# Recommended Hand Grinder for V60



## The Asgard (Aug 1, 2017)

Hi guys,

Could some kind soul recommend me a reasonale hand grinder to go with my new V60?

Over the past 2 years I have been going without coffee while in the caravan. So I thought I would pickup a V60 being more sturdier than my Chemex and find a suitable hand grinder to go with it. Use wise I would be looking to use it for about 35 days a year. I am not expecting it to compete with my Royal but anything would be better than powder coffee!

Not looking to pay the earth and hoping to pick one up 2nd hand from here.

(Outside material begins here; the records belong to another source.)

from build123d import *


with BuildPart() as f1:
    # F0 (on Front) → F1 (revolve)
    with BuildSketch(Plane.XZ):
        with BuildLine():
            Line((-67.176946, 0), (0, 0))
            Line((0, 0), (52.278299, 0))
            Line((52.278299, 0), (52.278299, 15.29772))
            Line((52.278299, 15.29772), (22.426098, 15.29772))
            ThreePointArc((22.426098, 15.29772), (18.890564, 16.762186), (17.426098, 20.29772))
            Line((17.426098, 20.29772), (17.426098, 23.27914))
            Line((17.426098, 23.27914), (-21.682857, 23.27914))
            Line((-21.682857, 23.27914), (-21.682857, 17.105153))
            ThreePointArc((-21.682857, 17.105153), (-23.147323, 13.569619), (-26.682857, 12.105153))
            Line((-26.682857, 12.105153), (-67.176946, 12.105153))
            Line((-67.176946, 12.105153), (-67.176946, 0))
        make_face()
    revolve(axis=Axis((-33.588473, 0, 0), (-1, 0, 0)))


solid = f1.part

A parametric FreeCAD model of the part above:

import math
import FreeCAD as App
import Part
import Sketcher

doc = App.newDocument("Part")
body = doc.addObject("PartDesign::Body", "Body")

sketch1 = body.newObject("Sketcher::SketchObject", "Sketch")
sketch1.AttachmentSupport = (doc.getObject("XZ_Plane"), [""])
sketch1.MapMode = "FlatFace"
sketch1.addGeometry([
    Part.LineSegment(App.Vector(-67.2, 0, 0), App.Vector(52.3, 0, 0)),
    Part.LineSegment(App.Vector(52.3, 0, 0), App.Vector(52.3, 15.3, 0)),
    Part.LineSegment(App.Vector(52.3, 15.3, 0), App.Vector(22.4, 15.3, 0)),
    Part.ArcOfCircle(Part.Circle(App.Vector(22.4, 20.3, 0), App.Vector(0, 0, 1), 5), math.radians(180), math.radians(270)),
    Part.LineSegment(App.Vector(17.4, 20.3, 0), App.Vector(17.4, 23.3, 0)),
    Part.LineSegment(App.Vector(17.4, 23.3, 0), App.Vector(-21.7, 23.3, 0)),
    Part.LineSegment(App.Vector(-21.7, 23.3, 0), App.Vector(-21.7, 17.1, 0)),
    Part.ArcOfCircle(Part.Circle(App.Vector(-26.7, 17.1, 0), App.Vector(0, 0, 1), 5), math.radians(-90), math.radians(0)),
    Part.LineSegment(App.Vector(-26.7, 12.1, 0), App.Vector(-67.2, 12.1, 0)),
    Part.LineSegment(App.Vector(-67.2, 12.1, 0), App.Vector(-67.2, 0, 0)),
], False)
sketch1.addConstraint([
    Sketcher.Constraint("Coincident", 0, 2, 1, 1),
    Sketcher.Constraint("Coincident", 1, 2, 2, 1),
    Sketcher.Constraint("Tangent", 2, 2, 3, 2),
    Sketcher.Constraint("Tangent", 3, 1, 4, 1),
    Sketcher.Constraint("Coincident", 4, 2, 5, 1),
    Sketcher.Constraint("Coincident", 5, 2, 6, 1),
    Sketcher.Constraint("Tangent", 6, 2, 7, 2),
    Sketcher.Constraint("Tangent", 7, 1, 8, 1),
    Sketcher.Constraint("Coincident", 8, 2, 9, 1),
    Sketcher.Constraint("Coincident", 9, 2, 0, 1),
    Sketcher.Constraint("Horizontal", 0),
    Sketcher.Constraint("Vertical", 1),
    Sketcher.Constraint("Horizontal", 2),
    Sketcher.Constraint("Vertical", 4),
    Sketcher.Constraint("Horizontal", 5),
    Sketcher.Constraint("Vertical", 6),
    Sketcher.Constraint("Horizontal", 8),
    Sketcher.Constraint("Vertical", 9),
    Sketcher.Constraint("Equal", 3, 7),
    Sketcher.Constraint("PointOnObject", 0, 2, -1),
    Sketcher.Constraint("Radius", 3, 5.0),
    Sketcher.Constraint("DistanceX", 2, 2, 2, 1, 29.852201),
    Sketcher.Constraint("DistanceX", 8, 2, 8, 1, 40.494089),
    Sketcher.Constraint("DistanceY", 1, 1, 1, 2, 15.29772),
    Sketcher.Constraint("DistanceY", 4, 1, 4, 2, 2.98142),
    Sketcher.Constraint("DistanceX", -1, 1, 0, 2, 52.278299),
    Sketcher.Constraint("DistanceX", 0, 1, 0, 2, 119.455245),
    Sketcher.Constraint("DistanceY", 6, 2, 6, 1, 6.173987),
])
revolution = body.newObject("PartDesign::Revolution", "Revolution")
revolution.Profile = sketch1
revolution.ReferenceAxis = (sketch1, ["H_Axis"])
revolution.Angle = 360

doc.recompute()
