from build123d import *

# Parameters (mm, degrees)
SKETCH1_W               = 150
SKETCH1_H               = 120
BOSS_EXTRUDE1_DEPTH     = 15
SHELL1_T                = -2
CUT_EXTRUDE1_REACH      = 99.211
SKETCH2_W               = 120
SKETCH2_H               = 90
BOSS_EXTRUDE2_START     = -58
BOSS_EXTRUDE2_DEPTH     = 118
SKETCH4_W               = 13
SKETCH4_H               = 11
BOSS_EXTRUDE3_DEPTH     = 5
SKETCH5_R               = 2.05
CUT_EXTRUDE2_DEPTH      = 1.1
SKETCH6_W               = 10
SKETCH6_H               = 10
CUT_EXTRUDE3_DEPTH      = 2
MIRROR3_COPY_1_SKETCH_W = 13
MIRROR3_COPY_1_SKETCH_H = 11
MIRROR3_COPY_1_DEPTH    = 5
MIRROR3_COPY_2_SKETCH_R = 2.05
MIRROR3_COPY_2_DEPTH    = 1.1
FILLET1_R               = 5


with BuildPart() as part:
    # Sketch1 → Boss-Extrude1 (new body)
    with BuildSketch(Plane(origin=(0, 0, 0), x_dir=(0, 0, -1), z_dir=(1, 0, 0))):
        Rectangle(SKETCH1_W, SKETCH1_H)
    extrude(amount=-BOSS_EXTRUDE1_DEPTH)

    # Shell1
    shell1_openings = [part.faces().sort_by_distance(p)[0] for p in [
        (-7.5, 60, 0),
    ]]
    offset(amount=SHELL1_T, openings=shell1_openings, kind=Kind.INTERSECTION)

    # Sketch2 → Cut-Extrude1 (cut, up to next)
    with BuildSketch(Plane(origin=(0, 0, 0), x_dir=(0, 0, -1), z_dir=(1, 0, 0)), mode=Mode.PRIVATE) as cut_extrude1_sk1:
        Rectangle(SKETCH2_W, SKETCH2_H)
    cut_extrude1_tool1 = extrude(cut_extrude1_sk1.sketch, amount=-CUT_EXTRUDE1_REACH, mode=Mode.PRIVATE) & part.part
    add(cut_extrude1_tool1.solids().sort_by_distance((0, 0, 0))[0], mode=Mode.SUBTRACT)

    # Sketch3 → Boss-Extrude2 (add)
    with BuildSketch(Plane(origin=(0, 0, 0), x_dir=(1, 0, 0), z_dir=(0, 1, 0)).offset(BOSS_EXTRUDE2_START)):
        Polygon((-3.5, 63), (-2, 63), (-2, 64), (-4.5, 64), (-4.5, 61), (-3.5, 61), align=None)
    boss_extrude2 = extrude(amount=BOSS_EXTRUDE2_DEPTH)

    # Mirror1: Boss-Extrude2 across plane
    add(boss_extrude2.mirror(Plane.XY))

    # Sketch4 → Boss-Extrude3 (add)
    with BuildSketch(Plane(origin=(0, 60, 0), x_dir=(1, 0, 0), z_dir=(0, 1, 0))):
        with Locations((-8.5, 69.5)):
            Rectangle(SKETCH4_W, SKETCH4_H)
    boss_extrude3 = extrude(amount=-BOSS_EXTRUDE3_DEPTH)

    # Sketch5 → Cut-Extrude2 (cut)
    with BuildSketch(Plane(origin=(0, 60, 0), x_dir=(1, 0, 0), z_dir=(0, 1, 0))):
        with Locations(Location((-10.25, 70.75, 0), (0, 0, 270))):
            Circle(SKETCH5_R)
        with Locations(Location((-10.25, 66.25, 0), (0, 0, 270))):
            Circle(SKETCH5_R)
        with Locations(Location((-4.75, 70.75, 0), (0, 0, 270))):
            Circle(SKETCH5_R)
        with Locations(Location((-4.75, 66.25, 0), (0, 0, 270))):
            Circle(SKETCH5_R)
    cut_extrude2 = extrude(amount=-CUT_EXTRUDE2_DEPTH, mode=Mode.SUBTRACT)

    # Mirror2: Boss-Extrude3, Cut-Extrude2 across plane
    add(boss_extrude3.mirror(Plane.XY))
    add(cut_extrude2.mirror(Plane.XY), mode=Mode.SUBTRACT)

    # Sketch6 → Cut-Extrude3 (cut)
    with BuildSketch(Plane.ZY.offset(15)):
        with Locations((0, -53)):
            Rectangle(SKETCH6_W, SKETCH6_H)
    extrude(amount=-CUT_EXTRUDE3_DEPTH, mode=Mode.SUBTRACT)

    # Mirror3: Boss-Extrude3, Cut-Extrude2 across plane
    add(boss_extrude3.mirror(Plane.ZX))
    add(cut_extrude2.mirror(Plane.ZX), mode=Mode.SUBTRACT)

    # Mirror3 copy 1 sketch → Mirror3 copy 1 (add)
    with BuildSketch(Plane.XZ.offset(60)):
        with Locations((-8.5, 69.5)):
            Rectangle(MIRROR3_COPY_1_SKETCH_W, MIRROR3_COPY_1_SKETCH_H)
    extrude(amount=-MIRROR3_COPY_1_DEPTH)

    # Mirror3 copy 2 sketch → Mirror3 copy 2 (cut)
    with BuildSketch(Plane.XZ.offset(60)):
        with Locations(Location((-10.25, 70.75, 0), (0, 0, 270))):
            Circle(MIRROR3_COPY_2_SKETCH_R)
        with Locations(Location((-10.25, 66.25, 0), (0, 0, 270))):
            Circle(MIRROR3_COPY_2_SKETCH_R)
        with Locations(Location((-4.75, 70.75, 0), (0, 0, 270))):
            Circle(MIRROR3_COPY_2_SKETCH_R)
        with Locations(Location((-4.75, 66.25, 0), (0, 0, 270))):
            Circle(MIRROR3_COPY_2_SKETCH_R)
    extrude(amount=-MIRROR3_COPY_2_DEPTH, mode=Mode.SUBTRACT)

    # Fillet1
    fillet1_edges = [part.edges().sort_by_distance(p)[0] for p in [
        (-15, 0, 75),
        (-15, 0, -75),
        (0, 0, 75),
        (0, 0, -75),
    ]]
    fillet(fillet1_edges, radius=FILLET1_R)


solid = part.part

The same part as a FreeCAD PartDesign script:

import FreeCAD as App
import Part
import Sketcher

V = App.Vector


def edges_at(feature, points):
    """Names of the edges that pass closest to the given points."""
    edges = feature.Shape.Edges
    near = lambda p: min(range(len(edges)), key=lambda i: edges[i].distToShape(Part.Vertex(*p))[0])
    return sorted({f"Edge{near(p) + 1}" for p in points})


def faces_at(feature, points):
    """Names of the faces that lie closest to the given points."""
    faces = feature.Shape.Faces
    near = lambda p: min(range(len(faces)), key=lambda i: faces[i].distToShape(Part.Vertex(*p))[0])
    return sorted({f"Face{near(p) + 1}" for p in points})


def add_polygon(sketch, points):
    """Adds a closed chain of lines whose ends are joined by coincident constraints."""
    first, n = sketch.GeometryCount, len(points)
    for a, b in zip(points, points[1:] + points[:1]):
        sketch.addGeometry(Part.LineSegment(App.Vector(*a, 0), App.Vector(*b, 0)), False)
    for i in range(n):
        sketch.addConstraint(Sketcher.Constraint("Coincident", first + i, 2, first + (i + 1) % n, 1))

doc = App.newDocument("Part")
body = doc.addObject("PartDesign::Body", "Body")

# Sketch on YZ plane
sketch1 = body.newObject("Sketcher::SketchObject", "Sketch")
sketch1.AttachmentSupport = (doc.getObject("YZ_Plane"), [""])
sketch1.MapMode = "FlatFace"
add_polygon(sketch1, [(60, 75), (-60, 75), (-60, -75), (60, -75)])  # lines 0-3
sketch1.addConstraint([
    Sketcher.Constraint("Horizontal", 0),
    Sketcher.Constraint("Vertical", 1),
    Sketcher.Constraint("Horizontal", 2),
    Sketcher.Constraint("Vertical", 3),
    Sketcher.Constraint("Symmetric", 0, 2, 2, 2, -1, 1),
    Sketcher.Constraint("DistanceX", 0, 2, 0, 1, 120.0),
    Sketcher.Constraint("DistanceY", 1, 2, 1, 1, 150.0),
])
pad1 = body.newObject("PartDesign::Pad", "Pad")
pad1.Profile = sketch1
pad1.Length = 15
pad1.Reversed = True
doc.recompute()

thickness = body.newObject("PartDesign::Thickness", "Thickness")
thickness.Base = (pad1, faces_at(pad1, [(-7.5, 60, 0)]))
thickness.Value = 2
thickness.Reversed = True
thickness.Join = "Intersection"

Any advice would be greatly apprecated.


----------



## ashcroc (Oct 28, 2016)

It depends what you class as spending the earth. If you can stretch to something with steel burrs like an aergrind or feldgrind, it should be an easier/less time consuming grind. Plenty of cheaper ceramic burred grinders that should cope ok with filter grind though.


----------



## Jony (Sep 8, 2017)

Budget.


----------



## Zephyp (Mar 1, 2017)

Going by your description I'm thinking more Hario Slim or Porlex Mini than the $150-350 grinders


----------



## The Asgard (Aug 1, 2017)

Hi there,

Hoping to spend a max of £100 to get something 2nd hand.

I have been looking at a Feldgrind and have seen a few for sale on here.

Cheers


----------



## Jony (Sep 8, 2017)

In the last two weeks two Feld2 have been sold for £80 which is a very good price, keep your eyes open.


----------



## the_partisan (Feb 29, 2016)

Seems like there's a Feld47 Travel 2nd for sale on MBK's page for £130: http://www.madebyknock.com/store/p48/feld47travel.html

But of course you may order at your own risk from them directly.


----------